As it turns out, one of the most common sexual stressors of women is a frustration shared by their partners, i.e. problems such as early ejaculation, erectile dysfunction. Erectile dysfunction (ED) should be taken seriously. Although it may be due to benign causes such as performance anxiety, it may also be the canary in the coal mine signaling significant vascular problems elsewhere, such as the heart or brain. Low interest, or lack of sexual desire is also a problem for many men. The good news is that these problems are treatable in the vast majority of cases. There are many different techniques, and options for therapy.
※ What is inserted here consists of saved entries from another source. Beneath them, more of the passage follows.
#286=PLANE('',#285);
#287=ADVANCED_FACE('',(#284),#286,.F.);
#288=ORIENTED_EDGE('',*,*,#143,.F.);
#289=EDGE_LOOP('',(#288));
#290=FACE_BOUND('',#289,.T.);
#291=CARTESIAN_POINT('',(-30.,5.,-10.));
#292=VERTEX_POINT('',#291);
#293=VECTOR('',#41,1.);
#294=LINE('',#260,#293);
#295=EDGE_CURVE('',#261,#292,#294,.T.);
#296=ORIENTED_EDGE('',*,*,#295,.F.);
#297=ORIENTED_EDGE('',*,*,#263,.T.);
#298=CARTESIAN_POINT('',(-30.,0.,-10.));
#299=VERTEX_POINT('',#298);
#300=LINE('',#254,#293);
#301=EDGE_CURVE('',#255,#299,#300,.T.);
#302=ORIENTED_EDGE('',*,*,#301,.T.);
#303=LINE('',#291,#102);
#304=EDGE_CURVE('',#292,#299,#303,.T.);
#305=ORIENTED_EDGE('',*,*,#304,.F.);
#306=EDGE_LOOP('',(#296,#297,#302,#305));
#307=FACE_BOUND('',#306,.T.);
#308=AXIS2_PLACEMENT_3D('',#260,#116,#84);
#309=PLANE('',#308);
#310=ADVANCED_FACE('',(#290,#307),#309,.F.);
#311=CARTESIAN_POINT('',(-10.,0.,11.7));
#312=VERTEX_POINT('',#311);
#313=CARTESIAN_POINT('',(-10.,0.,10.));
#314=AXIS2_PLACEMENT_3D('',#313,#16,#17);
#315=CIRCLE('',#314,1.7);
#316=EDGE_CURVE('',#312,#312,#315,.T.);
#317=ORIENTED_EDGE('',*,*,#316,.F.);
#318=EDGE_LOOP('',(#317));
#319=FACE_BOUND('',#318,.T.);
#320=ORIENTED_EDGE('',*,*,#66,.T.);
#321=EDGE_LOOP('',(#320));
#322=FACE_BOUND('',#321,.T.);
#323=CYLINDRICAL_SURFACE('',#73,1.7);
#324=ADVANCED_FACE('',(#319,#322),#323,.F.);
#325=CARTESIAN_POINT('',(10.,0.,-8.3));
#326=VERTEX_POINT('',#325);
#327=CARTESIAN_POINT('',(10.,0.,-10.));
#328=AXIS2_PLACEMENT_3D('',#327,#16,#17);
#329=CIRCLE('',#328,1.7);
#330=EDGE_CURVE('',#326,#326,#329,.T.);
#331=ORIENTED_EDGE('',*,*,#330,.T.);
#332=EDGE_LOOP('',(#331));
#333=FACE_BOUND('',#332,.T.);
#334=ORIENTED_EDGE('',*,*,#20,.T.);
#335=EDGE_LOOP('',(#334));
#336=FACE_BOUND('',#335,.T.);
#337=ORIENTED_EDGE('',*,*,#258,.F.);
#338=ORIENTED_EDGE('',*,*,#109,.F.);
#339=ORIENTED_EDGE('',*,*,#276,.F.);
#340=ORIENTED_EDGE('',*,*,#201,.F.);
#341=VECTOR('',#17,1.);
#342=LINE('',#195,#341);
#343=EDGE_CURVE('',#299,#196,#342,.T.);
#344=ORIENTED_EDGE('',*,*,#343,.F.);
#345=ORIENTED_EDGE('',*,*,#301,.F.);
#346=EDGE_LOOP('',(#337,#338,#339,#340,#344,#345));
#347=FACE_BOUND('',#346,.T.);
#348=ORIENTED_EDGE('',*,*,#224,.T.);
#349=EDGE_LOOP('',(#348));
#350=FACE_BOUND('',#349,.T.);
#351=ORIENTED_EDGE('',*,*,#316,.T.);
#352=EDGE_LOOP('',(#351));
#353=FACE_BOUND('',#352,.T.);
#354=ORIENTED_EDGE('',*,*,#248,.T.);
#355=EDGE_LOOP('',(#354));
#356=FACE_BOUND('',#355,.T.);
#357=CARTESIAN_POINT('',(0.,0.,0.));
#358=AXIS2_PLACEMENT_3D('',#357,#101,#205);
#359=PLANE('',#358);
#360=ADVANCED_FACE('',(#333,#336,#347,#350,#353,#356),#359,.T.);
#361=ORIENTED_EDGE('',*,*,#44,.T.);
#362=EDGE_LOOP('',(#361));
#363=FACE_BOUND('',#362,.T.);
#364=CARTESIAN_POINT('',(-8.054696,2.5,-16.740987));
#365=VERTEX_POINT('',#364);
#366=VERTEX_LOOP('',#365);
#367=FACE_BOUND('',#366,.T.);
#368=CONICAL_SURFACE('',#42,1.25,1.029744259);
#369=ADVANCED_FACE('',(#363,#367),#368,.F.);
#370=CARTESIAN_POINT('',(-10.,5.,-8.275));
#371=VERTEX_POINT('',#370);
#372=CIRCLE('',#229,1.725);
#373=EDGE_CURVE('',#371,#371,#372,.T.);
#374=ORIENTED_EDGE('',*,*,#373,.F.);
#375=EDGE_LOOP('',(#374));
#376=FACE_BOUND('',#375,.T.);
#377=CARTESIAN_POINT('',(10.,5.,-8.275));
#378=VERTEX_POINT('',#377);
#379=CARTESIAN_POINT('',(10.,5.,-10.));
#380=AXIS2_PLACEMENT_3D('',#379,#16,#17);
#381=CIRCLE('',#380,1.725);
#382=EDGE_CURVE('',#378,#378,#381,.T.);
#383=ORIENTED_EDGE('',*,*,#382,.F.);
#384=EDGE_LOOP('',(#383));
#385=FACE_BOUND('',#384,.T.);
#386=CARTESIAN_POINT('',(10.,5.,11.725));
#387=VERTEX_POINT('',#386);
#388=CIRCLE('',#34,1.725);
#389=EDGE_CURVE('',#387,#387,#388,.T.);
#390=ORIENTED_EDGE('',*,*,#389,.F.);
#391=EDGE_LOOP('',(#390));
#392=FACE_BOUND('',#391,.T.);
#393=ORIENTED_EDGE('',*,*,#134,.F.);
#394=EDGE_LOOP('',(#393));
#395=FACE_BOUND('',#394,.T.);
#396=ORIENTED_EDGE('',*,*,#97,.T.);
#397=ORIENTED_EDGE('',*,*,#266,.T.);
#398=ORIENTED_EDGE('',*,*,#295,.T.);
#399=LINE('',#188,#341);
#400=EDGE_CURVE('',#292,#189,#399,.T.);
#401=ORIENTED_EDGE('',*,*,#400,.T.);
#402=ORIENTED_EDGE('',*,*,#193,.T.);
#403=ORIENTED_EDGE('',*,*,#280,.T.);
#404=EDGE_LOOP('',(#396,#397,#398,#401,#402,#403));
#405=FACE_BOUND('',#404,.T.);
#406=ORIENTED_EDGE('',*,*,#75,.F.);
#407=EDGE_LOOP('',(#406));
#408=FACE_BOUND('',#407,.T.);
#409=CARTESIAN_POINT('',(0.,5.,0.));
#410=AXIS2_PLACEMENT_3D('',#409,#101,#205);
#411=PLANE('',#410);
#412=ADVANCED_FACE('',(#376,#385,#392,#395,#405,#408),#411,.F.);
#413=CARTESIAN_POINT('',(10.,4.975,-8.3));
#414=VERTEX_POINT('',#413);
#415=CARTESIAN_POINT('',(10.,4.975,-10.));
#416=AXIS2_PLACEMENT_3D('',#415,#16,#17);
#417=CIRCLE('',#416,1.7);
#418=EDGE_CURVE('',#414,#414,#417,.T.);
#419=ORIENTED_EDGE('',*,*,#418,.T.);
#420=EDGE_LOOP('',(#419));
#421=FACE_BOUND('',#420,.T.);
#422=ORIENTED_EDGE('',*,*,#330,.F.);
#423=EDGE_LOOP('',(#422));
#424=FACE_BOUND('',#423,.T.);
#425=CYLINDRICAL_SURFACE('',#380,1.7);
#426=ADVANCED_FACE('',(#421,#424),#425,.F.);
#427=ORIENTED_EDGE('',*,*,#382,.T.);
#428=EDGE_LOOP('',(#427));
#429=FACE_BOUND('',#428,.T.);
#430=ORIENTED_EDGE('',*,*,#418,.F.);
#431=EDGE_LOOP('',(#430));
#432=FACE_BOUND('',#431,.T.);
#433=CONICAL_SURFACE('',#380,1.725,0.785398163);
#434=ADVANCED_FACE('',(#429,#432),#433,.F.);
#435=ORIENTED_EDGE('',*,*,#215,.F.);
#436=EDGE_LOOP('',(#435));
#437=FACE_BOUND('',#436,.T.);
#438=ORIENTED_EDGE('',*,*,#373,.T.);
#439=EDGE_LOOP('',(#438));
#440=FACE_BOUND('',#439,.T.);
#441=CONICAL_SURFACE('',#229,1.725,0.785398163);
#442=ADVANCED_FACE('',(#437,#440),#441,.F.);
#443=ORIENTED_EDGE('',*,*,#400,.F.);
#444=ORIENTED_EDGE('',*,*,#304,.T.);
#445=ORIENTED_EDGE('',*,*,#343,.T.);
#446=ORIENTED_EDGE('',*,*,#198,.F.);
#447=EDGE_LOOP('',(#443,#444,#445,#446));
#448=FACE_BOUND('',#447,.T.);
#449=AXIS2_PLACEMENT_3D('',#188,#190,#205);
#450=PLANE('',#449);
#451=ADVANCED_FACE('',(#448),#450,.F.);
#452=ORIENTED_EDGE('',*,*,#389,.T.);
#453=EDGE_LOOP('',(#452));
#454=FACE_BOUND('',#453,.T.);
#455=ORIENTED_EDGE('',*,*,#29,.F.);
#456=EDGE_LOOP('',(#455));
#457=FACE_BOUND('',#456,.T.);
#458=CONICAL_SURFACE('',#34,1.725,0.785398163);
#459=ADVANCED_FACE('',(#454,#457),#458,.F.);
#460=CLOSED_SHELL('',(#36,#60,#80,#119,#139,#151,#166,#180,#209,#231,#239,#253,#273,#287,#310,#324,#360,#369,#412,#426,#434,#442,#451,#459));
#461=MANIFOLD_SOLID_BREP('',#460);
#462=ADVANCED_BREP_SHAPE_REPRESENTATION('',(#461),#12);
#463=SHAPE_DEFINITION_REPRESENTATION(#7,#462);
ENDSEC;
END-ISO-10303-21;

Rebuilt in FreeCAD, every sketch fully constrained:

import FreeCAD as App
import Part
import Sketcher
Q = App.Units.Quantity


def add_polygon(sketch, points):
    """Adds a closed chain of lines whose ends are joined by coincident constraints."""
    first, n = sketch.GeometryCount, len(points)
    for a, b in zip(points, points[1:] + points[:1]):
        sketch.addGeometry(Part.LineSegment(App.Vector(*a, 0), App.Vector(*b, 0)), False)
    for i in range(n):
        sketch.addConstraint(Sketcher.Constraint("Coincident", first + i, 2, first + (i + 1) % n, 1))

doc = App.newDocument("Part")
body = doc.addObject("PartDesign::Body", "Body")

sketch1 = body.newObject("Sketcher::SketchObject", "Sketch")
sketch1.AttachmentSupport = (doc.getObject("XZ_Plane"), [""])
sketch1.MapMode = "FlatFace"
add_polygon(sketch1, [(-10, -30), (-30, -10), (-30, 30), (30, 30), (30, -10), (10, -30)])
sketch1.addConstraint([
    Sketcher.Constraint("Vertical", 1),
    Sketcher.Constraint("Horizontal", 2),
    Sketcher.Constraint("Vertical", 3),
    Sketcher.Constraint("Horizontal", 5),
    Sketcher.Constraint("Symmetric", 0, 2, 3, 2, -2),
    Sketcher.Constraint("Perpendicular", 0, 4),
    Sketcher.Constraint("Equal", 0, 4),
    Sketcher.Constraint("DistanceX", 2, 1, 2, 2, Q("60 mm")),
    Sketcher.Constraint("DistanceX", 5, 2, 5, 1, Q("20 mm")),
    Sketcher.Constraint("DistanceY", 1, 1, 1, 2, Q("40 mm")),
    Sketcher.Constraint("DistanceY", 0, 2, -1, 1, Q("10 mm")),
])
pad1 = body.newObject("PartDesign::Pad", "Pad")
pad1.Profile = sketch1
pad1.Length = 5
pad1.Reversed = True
In most cases, where there is a will to improve the problem, there is a way.

In the end, it’s really more an issue of priorities than it is about sex organs. It’s about caring for each other more than caring for the leaky faucet, the ball game, or the TV show. The amount of enjoyment you get out of a sexual relationship depends on the amount of attention you put into it. It’s your birthright to have a healthy, satisfying, and fulfilling sexual relationship. There’s no reason to think that you have to give up this part of our life as we grow older. However, it doesn’t always come easy, and we definitely must deal proactively with intimacy problems. If we don’t address these issues, they are not going to go away on their own, and they’re probably going to get worse, leading ultimately to more dysfunction, frustration, and stress. Once a week becomes once a month, which insidiously becomes once a year. Before you know it, you’re just glorified roommates. If you don’t resolve to act, then you’re resolving not to act.

Finally, let me leave you with some practical tips. First, it’s all about balance. We need to attend to the pillars of health in order to live our overall life and our sexual life to the fullest. That means getting the proper nutrition, hydration, sleep, stress reduction, and exercise. Attention to these principles will bring our body, mind, and spirit into a state of balance. Only in this state can we realize our full potential in our lives and in our intimate relationships.

More specifically, make physical intimacy a priority in your life. Put it on the schedule if you need to. Commit to an agreed upon desired frequency of interactions and stick to it. Get away, or get a baby sitter. Learn to practice intimacy mindfulness. Learn to let go, and be in the moment, not worrying about the kids or the job. The amount of enjoyment you get out of a relationship depends on thought, energy, and creativity you put into it. Finally, if you’re having problems, get some professional help. See a counselor, or get your hormones checked, and oh yes, don’t forget to do your Kegels.

The sexiest organ of all is not the genitals or the breasts, it’s the brains. It all starts up top. Use this sexy organ to commit to a lifetime of intimacy. Then make it happen.